• [About this exercise]
Write out, from the entries below, exactly the lines that run between the lines holding "v 3.703 14.528 -3.211" and "v 4.125 10.806 -3.626", inclusive, and stop there.

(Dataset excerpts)
Start of Block
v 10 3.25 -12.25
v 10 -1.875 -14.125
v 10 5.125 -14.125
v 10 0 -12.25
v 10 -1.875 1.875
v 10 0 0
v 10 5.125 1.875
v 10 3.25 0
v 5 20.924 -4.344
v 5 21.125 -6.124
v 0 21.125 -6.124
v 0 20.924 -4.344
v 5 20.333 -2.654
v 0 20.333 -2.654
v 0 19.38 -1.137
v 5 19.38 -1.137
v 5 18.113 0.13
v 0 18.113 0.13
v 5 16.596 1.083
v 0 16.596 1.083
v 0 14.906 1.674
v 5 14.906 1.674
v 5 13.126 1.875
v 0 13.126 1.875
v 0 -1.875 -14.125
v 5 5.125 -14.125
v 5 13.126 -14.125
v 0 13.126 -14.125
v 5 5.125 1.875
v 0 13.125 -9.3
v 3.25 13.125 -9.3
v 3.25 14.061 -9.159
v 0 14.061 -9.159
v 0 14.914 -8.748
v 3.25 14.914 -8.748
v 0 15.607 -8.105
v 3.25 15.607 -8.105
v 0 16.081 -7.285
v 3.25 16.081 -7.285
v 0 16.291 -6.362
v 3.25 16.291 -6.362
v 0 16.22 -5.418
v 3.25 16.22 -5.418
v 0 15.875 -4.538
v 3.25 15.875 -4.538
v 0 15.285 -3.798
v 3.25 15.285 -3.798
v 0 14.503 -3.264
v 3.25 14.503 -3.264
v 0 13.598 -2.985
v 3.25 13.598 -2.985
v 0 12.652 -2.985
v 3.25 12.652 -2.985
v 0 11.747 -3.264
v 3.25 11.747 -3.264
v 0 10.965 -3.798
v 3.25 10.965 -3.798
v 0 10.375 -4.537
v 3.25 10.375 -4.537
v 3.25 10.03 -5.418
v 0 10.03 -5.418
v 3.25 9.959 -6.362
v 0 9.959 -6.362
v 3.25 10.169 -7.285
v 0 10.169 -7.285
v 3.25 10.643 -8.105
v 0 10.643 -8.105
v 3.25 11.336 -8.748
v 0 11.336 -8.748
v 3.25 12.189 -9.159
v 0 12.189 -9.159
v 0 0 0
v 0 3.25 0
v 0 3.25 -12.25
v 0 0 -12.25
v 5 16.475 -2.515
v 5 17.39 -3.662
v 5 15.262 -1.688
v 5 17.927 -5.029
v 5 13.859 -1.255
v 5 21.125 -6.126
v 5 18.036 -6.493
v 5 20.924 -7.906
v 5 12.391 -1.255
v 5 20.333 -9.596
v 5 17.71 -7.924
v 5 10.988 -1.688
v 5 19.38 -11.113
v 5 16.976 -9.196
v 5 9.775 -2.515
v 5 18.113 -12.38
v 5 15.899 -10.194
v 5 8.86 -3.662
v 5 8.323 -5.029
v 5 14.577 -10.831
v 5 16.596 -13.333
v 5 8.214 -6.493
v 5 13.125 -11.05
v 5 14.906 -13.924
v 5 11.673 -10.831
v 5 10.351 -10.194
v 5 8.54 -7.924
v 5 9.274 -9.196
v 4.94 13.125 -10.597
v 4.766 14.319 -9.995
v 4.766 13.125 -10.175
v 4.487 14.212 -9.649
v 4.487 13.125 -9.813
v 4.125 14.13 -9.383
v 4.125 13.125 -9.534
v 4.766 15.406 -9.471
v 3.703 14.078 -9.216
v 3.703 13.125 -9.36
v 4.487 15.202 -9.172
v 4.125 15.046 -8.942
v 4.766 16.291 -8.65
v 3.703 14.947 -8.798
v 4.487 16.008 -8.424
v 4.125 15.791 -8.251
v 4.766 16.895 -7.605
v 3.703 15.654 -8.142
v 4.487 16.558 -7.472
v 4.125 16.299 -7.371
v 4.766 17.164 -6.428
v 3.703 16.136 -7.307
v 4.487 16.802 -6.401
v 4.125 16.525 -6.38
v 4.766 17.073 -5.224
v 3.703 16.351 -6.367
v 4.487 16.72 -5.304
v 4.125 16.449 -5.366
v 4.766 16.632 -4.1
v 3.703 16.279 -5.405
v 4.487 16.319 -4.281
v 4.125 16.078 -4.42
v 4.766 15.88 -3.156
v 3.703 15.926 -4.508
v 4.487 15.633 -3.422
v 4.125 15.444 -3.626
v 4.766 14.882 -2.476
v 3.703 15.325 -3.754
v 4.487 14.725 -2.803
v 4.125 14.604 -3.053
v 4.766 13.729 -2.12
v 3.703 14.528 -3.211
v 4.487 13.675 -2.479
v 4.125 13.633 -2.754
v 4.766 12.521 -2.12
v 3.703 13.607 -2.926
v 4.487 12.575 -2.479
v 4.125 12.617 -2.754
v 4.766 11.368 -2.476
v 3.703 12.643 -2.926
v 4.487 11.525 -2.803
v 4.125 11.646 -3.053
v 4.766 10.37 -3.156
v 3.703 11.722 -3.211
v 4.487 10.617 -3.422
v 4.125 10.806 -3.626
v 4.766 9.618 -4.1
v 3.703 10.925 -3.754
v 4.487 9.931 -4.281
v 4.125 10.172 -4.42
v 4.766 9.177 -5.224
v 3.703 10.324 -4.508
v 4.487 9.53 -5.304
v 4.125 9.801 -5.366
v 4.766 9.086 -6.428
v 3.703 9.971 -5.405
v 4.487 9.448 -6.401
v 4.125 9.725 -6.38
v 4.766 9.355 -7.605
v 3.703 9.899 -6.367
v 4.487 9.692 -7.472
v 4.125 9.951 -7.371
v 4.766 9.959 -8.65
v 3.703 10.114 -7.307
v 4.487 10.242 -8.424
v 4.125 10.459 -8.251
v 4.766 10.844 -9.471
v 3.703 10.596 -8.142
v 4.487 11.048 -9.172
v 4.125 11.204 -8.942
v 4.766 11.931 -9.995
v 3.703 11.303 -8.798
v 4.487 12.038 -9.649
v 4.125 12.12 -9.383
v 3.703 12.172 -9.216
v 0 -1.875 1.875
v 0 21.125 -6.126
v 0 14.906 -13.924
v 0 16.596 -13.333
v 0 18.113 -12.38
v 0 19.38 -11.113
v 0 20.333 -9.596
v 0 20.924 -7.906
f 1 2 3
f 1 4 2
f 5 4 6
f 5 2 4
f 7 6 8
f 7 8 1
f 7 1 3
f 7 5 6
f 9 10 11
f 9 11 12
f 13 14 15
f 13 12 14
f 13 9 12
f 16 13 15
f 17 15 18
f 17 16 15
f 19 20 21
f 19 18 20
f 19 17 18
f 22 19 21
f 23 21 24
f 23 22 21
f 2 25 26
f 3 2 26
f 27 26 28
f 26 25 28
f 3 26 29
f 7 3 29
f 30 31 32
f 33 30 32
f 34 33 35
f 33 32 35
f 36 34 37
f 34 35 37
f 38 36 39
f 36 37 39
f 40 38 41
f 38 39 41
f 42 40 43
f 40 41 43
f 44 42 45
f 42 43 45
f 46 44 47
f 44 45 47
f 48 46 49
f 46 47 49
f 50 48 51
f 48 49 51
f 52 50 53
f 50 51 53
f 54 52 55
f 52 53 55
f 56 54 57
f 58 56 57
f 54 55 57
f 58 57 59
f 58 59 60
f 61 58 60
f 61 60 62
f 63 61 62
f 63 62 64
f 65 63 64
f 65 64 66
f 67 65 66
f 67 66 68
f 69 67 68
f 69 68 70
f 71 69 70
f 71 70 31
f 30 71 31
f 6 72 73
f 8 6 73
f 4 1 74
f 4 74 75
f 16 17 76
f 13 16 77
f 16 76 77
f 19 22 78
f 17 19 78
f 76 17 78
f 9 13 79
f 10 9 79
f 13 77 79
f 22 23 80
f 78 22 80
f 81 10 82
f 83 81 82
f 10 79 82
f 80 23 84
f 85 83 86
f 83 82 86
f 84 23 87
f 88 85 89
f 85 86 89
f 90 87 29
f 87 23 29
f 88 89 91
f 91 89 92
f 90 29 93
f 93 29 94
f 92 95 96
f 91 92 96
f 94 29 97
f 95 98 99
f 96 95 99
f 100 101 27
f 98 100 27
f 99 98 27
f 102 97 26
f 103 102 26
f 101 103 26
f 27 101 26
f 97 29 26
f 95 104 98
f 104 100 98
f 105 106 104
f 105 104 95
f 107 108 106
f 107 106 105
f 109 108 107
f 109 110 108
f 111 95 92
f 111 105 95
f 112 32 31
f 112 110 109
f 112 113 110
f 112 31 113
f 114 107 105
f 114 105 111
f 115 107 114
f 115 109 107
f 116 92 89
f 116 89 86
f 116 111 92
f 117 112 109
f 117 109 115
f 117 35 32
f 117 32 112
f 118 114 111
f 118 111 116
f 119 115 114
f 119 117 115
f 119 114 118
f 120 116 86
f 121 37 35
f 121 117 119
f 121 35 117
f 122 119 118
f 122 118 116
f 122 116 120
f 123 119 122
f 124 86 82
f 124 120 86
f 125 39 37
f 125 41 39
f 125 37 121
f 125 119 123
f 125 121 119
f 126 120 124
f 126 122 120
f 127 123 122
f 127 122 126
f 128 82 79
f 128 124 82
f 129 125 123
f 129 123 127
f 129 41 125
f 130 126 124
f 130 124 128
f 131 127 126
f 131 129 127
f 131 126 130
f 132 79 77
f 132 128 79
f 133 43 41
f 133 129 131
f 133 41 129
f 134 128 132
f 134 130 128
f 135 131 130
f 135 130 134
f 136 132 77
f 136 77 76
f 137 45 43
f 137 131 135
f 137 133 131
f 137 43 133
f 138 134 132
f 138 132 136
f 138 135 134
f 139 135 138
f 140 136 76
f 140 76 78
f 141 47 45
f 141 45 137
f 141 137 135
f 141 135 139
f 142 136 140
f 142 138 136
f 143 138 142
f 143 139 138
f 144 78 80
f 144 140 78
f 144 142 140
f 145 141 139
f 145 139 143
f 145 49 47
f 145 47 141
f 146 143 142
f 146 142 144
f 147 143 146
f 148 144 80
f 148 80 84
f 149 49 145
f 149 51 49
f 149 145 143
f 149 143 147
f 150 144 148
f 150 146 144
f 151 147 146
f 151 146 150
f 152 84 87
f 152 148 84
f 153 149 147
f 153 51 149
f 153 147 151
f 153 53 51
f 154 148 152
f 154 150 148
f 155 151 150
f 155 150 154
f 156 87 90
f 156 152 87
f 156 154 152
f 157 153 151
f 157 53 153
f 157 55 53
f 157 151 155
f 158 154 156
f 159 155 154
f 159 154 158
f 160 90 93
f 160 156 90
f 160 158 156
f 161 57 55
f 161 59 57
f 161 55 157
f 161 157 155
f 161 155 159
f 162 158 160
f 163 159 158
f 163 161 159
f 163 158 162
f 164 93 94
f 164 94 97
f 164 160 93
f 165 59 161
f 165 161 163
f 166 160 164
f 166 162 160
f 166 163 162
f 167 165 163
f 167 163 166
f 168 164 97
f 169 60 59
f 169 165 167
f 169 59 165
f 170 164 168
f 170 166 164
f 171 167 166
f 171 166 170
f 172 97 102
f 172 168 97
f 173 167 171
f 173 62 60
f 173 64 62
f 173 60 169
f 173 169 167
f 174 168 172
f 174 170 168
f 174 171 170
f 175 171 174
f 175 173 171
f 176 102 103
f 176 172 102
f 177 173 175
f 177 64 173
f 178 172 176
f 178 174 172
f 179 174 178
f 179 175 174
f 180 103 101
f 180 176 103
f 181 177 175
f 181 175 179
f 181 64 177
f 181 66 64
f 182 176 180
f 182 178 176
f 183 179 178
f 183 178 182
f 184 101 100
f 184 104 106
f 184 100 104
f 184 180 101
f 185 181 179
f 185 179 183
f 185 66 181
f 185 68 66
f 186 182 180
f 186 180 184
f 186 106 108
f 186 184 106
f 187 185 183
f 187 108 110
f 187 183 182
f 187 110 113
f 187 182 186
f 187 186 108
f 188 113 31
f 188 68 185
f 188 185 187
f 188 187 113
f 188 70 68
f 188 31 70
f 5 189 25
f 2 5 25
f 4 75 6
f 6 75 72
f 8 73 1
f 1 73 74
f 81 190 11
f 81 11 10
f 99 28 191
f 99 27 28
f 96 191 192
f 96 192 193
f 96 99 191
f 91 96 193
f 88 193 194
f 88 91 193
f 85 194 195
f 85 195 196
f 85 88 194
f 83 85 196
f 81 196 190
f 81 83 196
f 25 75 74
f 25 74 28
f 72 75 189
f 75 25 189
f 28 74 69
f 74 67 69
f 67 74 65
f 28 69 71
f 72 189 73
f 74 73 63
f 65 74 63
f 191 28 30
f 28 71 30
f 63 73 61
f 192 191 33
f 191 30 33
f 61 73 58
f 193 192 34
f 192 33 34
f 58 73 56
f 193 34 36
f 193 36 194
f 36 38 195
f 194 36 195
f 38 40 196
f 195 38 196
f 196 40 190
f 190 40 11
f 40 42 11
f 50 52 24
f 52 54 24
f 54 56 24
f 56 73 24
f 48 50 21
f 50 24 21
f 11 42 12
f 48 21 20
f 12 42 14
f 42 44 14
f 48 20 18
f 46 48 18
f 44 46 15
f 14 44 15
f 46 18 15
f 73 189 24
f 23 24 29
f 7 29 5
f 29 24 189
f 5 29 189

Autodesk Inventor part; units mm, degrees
ref_plane "YZ Plane" through (0, 0, 0) normal (1, 0, 0) x (0, 1, 0)
ref_plane "XZ Plane" through (0, 0, 0) normal (0, 1, 0) x (-1, 0, 0)
ref_plane "XY Plane" through (0, 0, 0) normal (0, 0, 1) x (1, 0, 0)
sketch "Sketch1" plane through (0, 0, 0) normal (1, 0, 0) x (0, 1, 0)
  line L0 (0, 0) -> (3.25, 0)
  line L1 (3.25, 0) -> (3.25, -12.25)
  line L2 (3.25, -12.25) -> (0, -12.25)
  line L3 (0, -12.25) -> (0, 0)
  line L4 (-1.875, -14.125) -> (5.125, -14.125)
  line L5 (5.125, -14.125) -> (5.125, 1.875)
  line L6 (5.125, 1.875) -> (-1.875, 1.875)
  line L7 (-1.875, 1.875) -> (-1.875, -14.125)
  line L8 (-1.875, -14.125) -> (5.125, 1.875) construction
  line L9 (5.125, -14.125) -> (-1.875, 1.875) construction
  point P0 (1.625, -6.125)
  dimension "d0" = 3.25
  dimension "d1" = 12.25
  dimension "d2" = 7
  dimension "d3" = 16
extrude "Extrusion1" add sketch "Sketch1" along normal blind 10
sketch "Sketch2" plane through (0, 5.125, 1.875) normal (0, 1, 0) x (1, 0, 0)
  line L0 (0, 0) -> (0, 16) projected
  line L1 (0, 16) -> (10, 16) projected
  line L2 (0, 0) -> (5, 0)
  line L3 (5, 0) -> (5, 16)
  line L4 (5, 16) -> (0, 16)
  line L5 (0, 16) -> (0, 0)
  point P0 (0, 1.875)
  dimension "d6" = 5
extrude "Extrusion2" add sketch "Sketch2" along normal blind 16
sketch "Sketch3" plane through (5, 5.125, 1.875) normal (1, 0, 0) x (0, 0, -1)
  line L0 (16, 0) -> (0, 0) construction
  line L1 (0, -7) -> (0, 16) construction
  line L2 (16, 0) -> (0, 16) construction
  circle A0 centre (8, 8) radius 3.175
  point P0 (1.875, -5.125)
  dimension "d9" = 6.35
extrude "Extrusion3" cut sketch "Sketch3" against normal blind 16
fillet "Fillet1" radius 8 2 edges at (2.5, 21.125, 1.875) (2.5, 21.125, -14.125)
fillet "Fillet2" radius 1.75 1 edges at (5, 13.125, -2.95)
properties part number "frameAdjustment 11-28"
End of Block
• [Response]
v 3.703 14.528 -3.211
v 4.487 13.675 -2.479
v 4.125 13.633 -2.754
v 4.766 12.521 -2.12
v 3.703 13.607 -2.926
v 4.487 12.575 -2.479
v 4.125 12.617 -2.754
v 4.766 11.368 -2.476
v 3.703 12.643 -2.926
v 4.487 11.525 -2.803
v 4.125 11.646 -3.053
v 4.766 10.37 -3.156
v 3.703 11.722 -3.211
v 4.487 10.617 -3.422
v 4.125 10.806 -3.626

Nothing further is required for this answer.